Humans, however, are great at making inferences from spotty data. Our bodies do it all the time. Our eyes and brain are constantly inventing stuff to fill in the blind spot in our field of vision, and we can raed setcennes no mtaetr waht oredr the ltteers in a wrod are in, as lnog as the frist and lsat ltteer are in the rghit pclae.
Inference is something we were built (or rather, evolved) to do, and we’re great at it. In fact, humans actually learn languages better when they try less hard. Language takes root best in our “procedural memory,” which is the unconscious memory bank of culturally learned behaviors, rather than in our “declarative memory,” which is where you keep the things you’ve deliberately worked to “memorize.” Children can pick up other languages more easily than adults because they’re tapping into their procedural memory.
Computers, however, were designed to excel where humans are deficient, not to just duplicate our greatest strengths.
Trying to teach a computer to process and generate natural language is kind of like trying to build a car that can dance.
It’s fallacious to assume that because a car is much better than a human at going in one direction really fast, they would also make much better dancers if we could only get the formulas right. Instead, it seems, we should focus on the ways machines’ strengths help us compensate for our deficiencies.

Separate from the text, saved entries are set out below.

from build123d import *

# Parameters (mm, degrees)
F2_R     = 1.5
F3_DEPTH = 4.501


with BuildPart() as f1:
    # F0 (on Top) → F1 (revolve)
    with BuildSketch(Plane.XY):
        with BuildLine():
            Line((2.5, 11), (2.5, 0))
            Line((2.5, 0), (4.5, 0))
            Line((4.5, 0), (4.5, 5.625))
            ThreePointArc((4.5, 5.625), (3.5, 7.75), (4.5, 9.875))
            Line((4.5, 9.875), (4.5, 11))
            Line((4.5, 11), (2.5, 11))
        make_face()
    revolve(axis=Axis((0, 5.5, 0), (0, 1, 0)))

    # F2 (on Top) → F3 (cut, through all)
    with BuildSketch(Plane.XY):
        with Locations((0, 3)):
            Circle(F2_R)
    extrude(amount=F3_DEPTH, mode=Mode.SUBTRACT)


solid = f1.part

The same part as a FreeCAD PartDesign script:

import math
import FreeCAD as App
import Part
import Sketcher
from FreeCAD import Vector
Q = App.Units.Quantity

doc = App.newDocument("Part")
body = doc.addObject("PartDesign::Body", "Body")

# Sketch on XY plane
sketch1 = doc.addObject("Sketcher::SketchObject", "Sketch")
body.addObject(sketch1)
sketch1.AttachmentSupport = (doc.XY_Plane, [""])
sketch1.MapMode = "FlatFace"
sketch1.addGeometry(Part.LineSegment(Vector(2.5, 11, 0), Vector(2.5, 0, 0)), False)
sketch1.addGeometry(Part.LineSegment(Vector(2.5, 0, 0), Vector(4.5, 0, 0)), False)
sketch1.addGeometry(Part.LineSegment(Vector(4.5, 0, 0), Vector(4.5, 5.6, 0)), False)
sketch1.addGeometry(Part.ArcOfCircle(Part.Circle(Vector(6.3, 7.8, 0), Vector(0, 0, 1), 2.8), math.radians(130), math.radians(230)), False)
sketch1.addGeometry(Part.LineSegment(Vector(4.5, 9.9, 0), Vector(4.5, 11, 0)), False)
sketch1.addGeometry(Part.LineSegment(Vector(4.5, 11, 0), Vector(2.5, 11, 0)), False)
sketch1.addConstraint(Sketcher.Constraint("Coincident", 0, 2, 1, 1))
sketch1.addConstraint(Sketcher.Constraint("Coincident", 1, 2, 2, 1))
sketch1.addConstraint(Sketcher.Constraint("Coincident", 2, 2, 3, 2))
sketch1.addConstraint(Sketcher.Constraint("Coincident", 3, 1, 4, 1))
sketch1.addConstraint(Sketcher.Constraint("Coincident", 4, 2, 5, 1))
sketch1.addConstraint(Sketcher.Constraint("Coincident", 5, 2, 0, 1))
sketch1.addConstraint(Sketcher.Constraint("Vertical", 0))
sketch1.addConstraint(Sketcher.Constraint("Horizontal", 1))
sketch1.addConstraint(Sketcher.Constraint("Vertical", 2))
sketch1.addConstraint(Sketcher.Constraint("Vertical", 4))
sketch1.addConstraint(Sketcher.Constraint("Horizontal", 5))
sketch1.addConstraint(Sketcher.Constraint("PointOnObject", 0, 2, -1))
sketch1.addConstraint(Sketcher.Constraint("Vertical", 2, 2, 3, 1))
sketch1.addConstraint(Sketcher.Constraint("DistanceX", 1, 1, 1, 2, Q("2 mm")))
sketch1.addConstraint(Sketcher.Constraint("DistanceY", 0, 2, 0, 1, Q("11 mm")))
sketch1.addConstraint(Sketcher.Constraint("DistanceX", -1, 1, 0, 2, Q("2.5 mm")))
sketch1.addConstraint(Sketcher.Constraint("DistanceY", 2, 1, 2, 2, Q("5.625 mm")))
sketch1.addConstraint(Sketcher.Constraint("DistanceY", 4, 1, 4, 2, Q("1.125 mm")))
sketch1.addConstraint(Sketcher.Constraint("Radius", 3, Q("2.757812 mm")))
revolution = doc.addObject("PartDesign::Revolution", "Revolution")
body.addObject(revolution)
revolution.Profile = sketch1
revolution.ReferenceAxis = (sketch1, ["V_Axis"])
revolution.Angle = 360

# Sketch on XY plane
sketch2 = doc.addObject("Sketcher::SketchObject", "Sketch001")
body.addObject(sketch2)
sketch2.AttachmentSupport = (doc.XY_Plane, [""])
sketch2.MapMode = "FlatFace"
sketch2.addGeometry(Part.Circle(Vector(0, 3, 0), Vector(0, 0, 1), 1.5), False)
sketch2.addConstraint(Sketcher.Constraint("PointOnObject", 0, 3, -2))
sketch2.addConstraint(Sketcher.Constraint("Diameter", 0, Q("3 mm")))
sketch2.addConstraint(Sketcher.Constraint("DistanceY", -1, 1, 0, 3, Q("3 mm")))
pocket1 = doc.addObject("PartDesign::Pocket", "Pocket")
body.addObject(pocket1)
pocket1.Profile = sketch2
pocket1.Type = "ThroughAll"
pocket1.Reversed = True

doc.recompute()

The Future of AI and NLP means Helping Us, Not Replacing Us
The power of the unaided mind is highly overrated. Without external aids, memory, thought, and reasoning are all constrained. But human intelligence is highly flexible and adaptive, superb at inventing procedures and objects that overcome its own limits. The real powers come from devising external aids that enhance cognitive abilities.
-Donald Norman, from Things that Make Us Smart (1993)

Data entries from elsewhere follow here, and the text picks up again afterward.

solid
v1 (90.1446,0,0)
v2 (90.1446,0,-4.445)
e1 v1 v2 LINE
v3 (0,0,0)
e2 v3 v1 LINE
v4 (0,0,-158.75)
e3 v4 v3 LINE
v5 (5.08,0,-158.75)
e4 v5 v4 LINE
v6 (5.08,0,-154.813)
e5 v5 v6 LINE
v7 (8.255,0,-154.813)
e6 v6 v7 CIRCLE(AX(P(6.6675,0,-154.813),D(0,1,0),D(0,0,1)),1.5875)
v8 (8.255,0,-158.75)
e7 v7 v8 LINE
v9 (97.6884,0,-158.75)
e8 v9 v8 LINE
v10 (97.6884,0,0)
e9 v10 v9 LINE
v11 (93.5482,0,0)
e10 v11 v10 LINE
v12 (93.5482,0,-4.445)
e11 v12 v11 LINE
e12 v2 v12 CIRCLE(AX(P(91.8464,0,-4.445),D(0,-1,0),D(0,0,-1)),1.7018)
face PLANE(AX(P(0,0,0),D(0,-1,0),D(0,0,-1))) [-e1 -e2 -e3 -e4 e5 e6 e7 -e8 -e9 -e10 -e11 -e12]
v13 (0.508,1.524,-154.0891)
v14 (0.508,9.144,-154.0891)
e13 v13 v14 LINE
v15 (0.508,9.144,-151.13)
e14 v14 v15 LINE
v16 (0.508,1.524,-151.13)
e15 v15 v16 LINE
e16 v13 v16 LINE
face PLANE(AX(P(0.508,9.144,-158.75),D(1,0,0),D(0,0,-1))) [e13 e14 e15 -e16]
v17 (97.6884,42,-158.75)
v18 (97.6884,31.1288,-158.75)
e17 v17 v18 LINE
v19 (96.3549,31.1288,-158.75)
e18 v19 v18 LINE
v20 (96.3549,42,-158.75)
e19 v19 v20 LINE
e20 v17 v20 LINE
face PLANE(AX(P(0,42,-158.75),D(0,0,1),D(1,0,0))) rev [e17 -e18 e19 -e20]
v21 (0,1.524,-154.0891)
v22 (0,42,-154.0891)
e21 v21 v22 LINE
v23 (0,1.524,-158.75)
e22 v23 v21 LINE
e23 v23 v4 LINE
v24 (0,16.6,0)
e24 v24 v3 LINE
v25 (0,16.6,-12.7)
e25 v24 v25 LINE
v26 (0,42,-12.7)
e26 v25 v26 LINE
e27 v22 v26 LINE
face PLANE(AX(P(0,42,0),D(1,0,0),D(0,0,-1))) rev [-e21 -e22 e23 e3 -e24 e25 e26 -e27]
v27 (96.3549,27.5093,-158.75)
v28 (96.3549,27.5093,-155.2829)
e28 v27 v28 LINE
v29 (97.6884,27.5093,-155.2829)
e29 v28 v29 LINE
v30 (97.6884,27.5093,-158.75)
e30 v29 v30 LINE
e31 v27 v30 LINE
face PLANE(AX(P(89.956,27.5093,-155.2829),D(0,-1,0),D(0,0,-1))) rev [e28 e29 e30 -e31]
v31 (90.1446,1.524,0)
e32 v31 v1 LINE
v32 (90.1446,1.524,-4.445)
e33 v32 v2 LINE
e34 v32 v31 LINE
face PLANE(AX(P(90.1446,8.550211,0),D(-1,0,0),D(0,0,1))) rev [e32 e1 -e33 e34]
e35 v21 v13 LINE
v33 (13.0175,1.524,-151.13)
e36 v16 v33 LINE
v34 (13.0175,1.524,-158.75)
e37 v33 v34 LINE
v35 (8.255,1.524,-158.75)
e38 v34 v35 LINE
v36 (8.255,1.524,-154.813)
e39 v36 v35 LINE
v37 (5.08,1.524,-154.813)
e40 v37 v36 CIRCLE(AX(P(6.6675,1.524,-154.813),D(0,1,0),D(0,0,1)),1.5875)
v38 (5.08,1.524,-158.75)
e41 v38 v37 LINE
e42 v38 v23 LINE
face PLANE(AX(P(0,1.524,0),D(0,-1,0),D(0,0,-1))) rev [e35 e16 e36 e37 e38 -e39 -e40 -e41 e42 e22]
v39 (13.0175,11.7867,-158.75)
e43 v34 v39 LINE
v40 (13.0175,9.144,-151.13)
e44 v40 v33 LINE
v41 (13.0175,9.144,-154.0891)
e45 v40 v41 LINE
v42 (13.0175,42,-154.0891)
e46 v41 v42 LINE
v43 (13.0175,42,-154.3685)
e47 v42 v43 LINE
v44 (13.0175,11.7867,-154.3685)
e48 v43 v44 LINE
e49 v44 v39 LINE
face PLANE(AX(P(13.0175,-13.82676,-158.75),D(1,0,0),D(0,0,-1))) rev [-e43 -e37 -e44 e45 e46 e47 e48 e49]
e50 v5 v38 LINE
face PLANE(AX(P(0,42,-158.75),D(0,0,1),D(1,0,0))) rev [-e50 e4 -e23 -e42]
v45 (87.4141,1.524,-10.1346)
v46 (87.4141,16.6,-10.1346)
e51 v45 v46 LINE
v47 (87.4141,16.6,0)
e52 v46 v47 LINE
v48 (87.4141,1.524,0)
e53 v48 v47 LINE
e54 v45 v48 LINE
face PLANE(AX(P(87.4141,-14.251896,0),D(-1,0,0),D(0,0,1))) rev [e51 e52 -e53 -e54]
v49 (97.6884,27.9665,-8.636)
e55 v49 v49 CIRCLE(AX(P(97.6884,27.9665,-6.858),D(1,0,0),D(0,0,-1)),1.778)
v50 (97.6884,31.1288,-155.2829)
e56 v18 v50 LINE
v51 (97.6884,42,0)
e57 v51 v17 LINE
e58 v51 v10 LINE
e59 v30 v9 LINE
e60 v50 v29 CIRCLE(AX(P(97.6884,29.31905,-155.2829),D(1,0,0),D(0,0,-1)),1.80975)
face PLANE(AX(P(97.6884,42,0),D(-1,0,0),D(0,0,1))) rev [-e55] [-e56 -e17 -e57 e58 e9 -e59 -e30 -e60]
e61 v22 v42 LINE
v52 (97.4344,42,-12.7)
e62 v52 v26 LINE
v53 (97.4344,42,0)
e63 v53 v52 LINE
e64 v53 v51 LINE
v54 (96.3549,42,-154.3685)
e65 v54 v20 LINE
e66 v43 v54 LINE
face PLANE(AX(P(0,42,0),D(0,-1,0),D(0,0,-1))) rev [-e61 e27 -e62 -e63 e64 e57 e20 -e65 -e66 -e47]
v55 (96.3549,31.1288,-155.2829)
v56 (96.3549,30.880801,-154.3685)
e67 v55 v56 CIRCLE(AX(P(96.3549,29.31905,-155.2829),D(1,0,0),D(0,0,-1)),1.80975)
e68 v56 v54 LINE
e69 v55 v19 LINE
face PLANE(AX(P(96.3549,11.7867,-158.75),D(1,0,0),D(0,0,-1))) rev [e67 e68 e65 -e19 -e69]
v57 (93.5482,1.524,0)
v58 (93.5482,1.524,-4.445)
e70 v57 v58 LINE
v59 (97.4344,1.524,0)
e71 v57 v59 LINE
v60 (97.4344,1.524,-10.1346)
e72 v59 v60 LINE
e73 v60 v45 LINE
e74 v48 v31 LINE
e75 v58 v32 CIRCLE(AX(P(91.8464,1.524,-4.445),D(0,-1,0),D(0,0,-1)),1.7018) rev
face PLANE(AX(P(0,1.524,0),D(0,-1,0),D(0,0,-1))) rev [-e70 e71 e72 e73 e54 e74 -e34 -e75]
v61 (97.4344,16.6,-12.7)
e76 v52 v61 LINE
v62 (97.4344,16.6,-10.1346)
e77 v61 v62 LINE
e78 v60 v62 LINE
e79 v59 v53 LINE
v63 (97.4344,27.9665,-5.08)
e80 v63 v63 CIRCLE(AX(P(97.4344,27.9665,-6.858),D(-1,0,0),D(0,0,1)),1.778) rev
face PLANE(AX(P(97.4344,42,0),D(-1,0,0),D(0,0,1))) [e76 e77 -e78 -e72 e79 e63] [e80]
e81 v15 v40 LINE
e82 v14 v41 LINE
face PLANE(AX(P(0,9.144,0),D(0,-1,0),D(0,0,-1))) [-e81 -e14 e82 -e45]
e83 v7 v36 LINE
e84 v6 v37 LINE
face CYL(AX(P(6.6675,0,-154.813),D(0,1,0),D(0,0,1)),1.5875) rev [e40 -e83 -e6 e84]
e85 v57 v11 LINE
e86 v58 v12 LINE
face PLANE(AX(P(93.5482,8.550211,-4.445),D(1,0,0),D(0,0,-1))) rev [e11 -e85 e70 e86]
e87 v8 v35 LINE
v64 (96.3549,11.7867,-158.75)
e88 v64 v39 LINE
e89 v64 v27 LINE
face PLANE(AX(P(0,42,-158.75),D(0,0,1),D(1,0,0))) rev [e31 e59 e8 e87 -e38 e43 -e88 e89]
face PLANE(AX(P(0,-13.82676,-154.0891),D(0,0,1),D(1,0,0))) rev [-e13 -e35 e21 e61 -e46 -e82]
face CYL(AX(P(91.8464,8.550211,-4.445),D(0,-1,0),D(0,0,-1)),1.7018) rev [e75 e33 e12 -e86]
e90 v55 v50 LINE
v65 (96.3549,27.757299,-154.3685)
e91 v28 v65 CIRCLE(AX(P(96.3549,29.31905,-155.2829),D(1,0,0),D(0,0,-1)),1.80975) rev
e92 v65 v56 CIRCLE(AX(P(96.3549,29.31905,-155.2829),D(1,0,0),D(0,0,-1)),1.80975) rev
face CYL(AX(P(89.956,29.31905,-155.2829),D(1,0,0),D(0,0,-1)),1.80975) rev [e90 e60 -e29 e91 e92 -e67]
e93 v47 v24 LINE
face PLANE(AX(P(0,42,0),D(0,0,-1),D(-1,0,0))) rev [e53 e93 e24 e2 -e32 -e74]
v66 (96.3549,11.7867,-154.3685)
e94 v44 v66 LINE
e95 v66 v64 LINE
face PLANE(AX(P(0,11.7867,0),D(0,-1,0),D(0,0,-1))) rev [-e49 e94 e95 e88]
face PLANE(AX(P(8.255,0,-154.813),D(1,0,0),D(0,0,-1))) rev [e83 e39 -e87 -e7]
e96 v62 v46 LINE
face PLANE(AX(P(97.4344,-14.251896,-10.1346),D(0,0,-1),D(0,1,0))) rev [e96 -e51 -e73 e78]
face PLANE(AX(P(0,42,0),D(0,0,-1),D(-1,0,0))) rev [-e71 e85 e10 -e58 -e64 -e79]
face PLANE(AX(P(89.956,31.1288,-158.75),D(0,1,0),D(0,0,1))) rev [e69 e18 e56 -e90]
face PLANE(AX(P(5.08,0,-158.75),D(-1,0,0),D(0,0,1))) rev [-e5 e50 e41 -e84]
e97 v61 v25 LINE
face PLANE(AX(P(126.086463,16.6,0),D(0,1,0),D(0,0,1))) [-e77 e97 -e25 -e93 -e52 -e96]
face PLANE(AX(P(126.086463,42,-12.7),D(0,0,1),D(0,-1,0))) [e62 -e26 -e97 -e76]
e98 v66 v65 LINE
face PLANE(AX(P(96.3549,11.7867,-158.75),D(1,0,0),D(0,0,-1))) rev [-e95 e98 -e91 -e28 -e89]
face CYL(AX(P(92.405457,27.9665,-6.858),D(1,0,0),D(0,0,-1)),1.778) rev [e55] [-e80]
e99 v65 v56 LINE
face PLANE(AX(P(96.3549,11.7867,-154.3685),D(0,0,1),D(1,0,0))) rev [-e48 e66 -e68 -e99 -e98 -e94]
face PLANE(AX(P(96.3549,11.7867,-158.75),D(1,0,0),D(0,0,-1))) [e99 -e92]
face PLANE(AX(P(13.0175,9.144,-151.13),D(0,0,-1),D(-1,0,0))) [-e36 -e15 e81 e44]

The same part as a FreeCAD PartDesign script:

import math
import FreeCAD as App
import Part
import Sketcher

V = App.Vector
Q = App.Units.Quantity

doc = App.newDocument("Part")
params = doc.addObject("Spreadsheet::Sheet", "Params")
for row, (alias, value) in enumerate([
    ("sketch1_height", "6.25 in"),
    ("sketch1_width", "3.846 in"),
    ("pad1_length", "42 mm"),
    ("sketch2_width", "1 in"),
    ("sketch2_height", "0.5 in"),
    ("pocket1_length", "3.836 in"),
    ("sketch3_height", "0.399 in"),
    ("pocket2_length", "15.076 mm"),
    ("pocket3_length", "40.476 mm"),
    ("sketch5_height", "0.3 in"),
    ("pocket4_length", "0.3 in"),
    ("pocket5_length", "1.1895 in"),
    ("sketch7_radius", "0.0625 in"),
    ("sketch7_height", "0.155 in"),
    ("pocket7_length", "0.0525 in"),
    ("sketch9_diameter", "0.14 in"),
    ("pocket8_length", "0.01 in"),
    ("sketch10_radius", "0.067 in"),
    ("sketch10_height", "0.175 in"),
    ("pocket9_length", "0.06 in"),
], start=1):
    params.set(f"A{row}", alias)
    params.set(f"B{row}", "=" + value)
    params.setAlias(f"B{row}", alias)

body = doc.addObject("PartDesign::Body", "Body")

sketch1 = body.newObject("Sketcher::SketchObject", "Sketch")
sketch1.AttachmentSupport = (doc.getObject("XZ_Plane"), [""])
sketch1.MapMode = "FlatFace"
sketch1.addGeometry([
    Part.LineSegment(V(0, -159, 0), V(0, 0, 0)),
    Part.LineSegment(V(0, 0, 0), V(98, 0, 0)),
    Part.LineSegment(V(98, 0, 0), V(98, -159, 0)),
    Part.LineSegment(V(98, -159, 0), V(0, -159, 0)),
], False)
sketch1.addConstraint([
    Sketcher.Constraint("Coincident", 0, 2, 1, 1),
    Sketcher.Constraint("Coincident", 1, 2, 2, 1),
    Sketcher.Constraint("Coincident", 2, 2, 3, 1),
    Sketcher.Constraint("Coincident", 3, 2, 0, 1),
    Sketcher.Constraint("Vertical", 0),
    Sketcher.Constraint("Horizontal", 1),
    Sketcher.Constraint("Vertical", 2),
    Sketcher.Constraint("Horizontal", 3),
    Sketcher.Constraint("Coincident", 0, 2, -1, 1),
    Sketcher.Constraint("DistanceY", 0, 1, 0, 2, Q("6.25 in")),
    Sketcher.Constraint("DistanceX", 1, 1, 1, 2, Q("3.846 in")),
])
sketch1.setExpression("Constraints[9]", "Params.sketch1_height")
sketch1.setExpression("Constraints[10]", "Params.sketch1_width")
pad1 = body.newObject("PartDesign::Pad", "Pad")
pad1.Profile = sketch1
pad1.setExpression("Length", "Params.pad1_length")
pad1.Reversed = True

sketch2 = body.newObject("Sketcher::SketchObject", "Sketch001")
sketch2.AttachmentSupport = (doc.getObject("YZ_Plane"), [""])
sketch2.MapMode = "FlatFace"
sketch2.addGeometry([
    Part.LineSegment(V(42, 0, 0), V(17, 0, 0)),
    Part.LineSegment(V(17, 0, 0), V(17, -13, 0)),
    Part.LineSegment(V(17, -13, 0), V(42, -13, 0)),
    Part.LineSegment(V(42, -13, 0), V(42, 0, 0)),
], False)
sketch2.addConstraint([
    Sketcher.Constraint("Coincident", 0, 2, 1, 1),
    Sketcher.Constraint("Coincident", 1, 2, 2, 1),
    Sketcher.Constraint("Coincident", 2, 2, 3, 1),
    Sketcher.Constraint("Coincident", 3, 2, 0, 1),
    Sketcher.Constraint("Horizontal", 0),
    Sketcher.Constraint("Vertical", 1),
    Sketcher.Constraint("Horizontal", 2),
    Sketcher.Constraint("Vertical", 3),
    Sketcher.Constraint("PointOnObject", 0, 2, -1),
    Sketcher.Constraint("DistanceX", 0, 2, 0, 1, Q("1 in")),
    Sketcher.Constraint("DistanceY", 1, 2, 1, 1, Q("0.5 in")),
    Sketcher.Constraint("DistanceX", -1, 1, 0, 2, Q("16.6 mm")),
])
sketch2.setExpression("Constraints[9]", "Params.sketch2_width")
sketch2.setExpression("Constraints[10]", "Params.sketch2_height")
pocket1 = body.newObject("PartDesign::Pocket", "Pocket")
pocket1.Profile = sketch2
pocket1.setExpression("Length", "Params.pocket1_length")
pocket1.Reversed = True

sketch3 = body.newObject("Sketcher::SketchObject", "Sketch002")
sketch3.AttachmentSupport = (doc.getObject("XZ_Plane"), [""])
sketch3.MapMode = "FlatFace"
sketch3.AttachmentOffset = App.Placement(V(0, 0, -16.6), App.Rotation())
sketch3.addGeometry([
    Part.LineSegment(V(87, -10, 0), V(87, 0, 0)),
    Part.LineSegment(V(87, 0, 0), V(97, 0, 0)),
    Part.LineSegment(V(97, 0, 0), V(97, -10, 0)),
    Part.LineSegment(V(97, -10, 0), V(87, -10, 0)),
], False)
sketch3.addConstraint([
    Sketcher.Constraint("Coincident", 0, 2, 1, 1),
    Sketcher.Constraint("Coincident", 1, 2, 2, 1),
    Sketcher.Constraint("Coincident", 2, 2, 3, 1),
    Sketcher.Constraint("Coincident", 3, 2, 0, 1),
    Sketcher.Constraint("Vertical", 0),
    Sketcher.Constraint("Horizontal", 1),
    Sketcher.Constraint("Vertical", 2),
    Sketcher.Constraint("Horizontal", 3),
    Sketcher.Constraint("PointOnObject", 0, 2, -1),
    Sketcher.Constraint("DistanceY", 0, 1, 0, 2, Q("0.399 in")),
    Sketcher.Constraint("DistanceX", 1, 1, 1, 2, Q("0.3945 in")),
    Sketcher.Constraint("DistanceX", -1, 1, 1, 2, Q("3.836 in")),
])
sketch3.setExpression("Constraints[9]", "Params.sketch3_height")
pocket2 = body.newObject("PartDesign::Pocket", "Pocket001")
pocket2.Profile = sketch3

“The way that I think about AI, it has to be assistive,” says Yannis.”For an application to be successful, it has to be assistive to human society. We can go into the idea that robots are going to take over the world and they just need to learn to speak first, and that’s kind of cool for a movie. But we have problems with each other we haven’t solved yet, so let’s use this technology to help us in our everyday life.”
Once again, Matthew and Yannis are in uncanny agreement.
“A lot of people worry that technology will take over all the jobs and Skynet will exterminate humanity, but I don’t think any of those worries are that plausible,” Matthew tells me. “If you look at the history of technologies taking over people’s jobs, there’s usually a major disruption and then new jobs are created. People were screaming bloody murder when they invented machines to weave fabrics, but there are plenty of people in the textile industry today. Fabric weaving was a tedious, dangerous job, and they had factories full of child laborers because no one wanted to do it…
“’I’m not that scared about the future of technology,” continues Matthew. “I think that the world is much better off than it was centuries ago, and I think it’s most likely going to be even better still in the future.”
If Yannis and Matthew are right, NLP won’t be replacing content writers anytime soon. In fact, we might stand to gain even more from the technologies.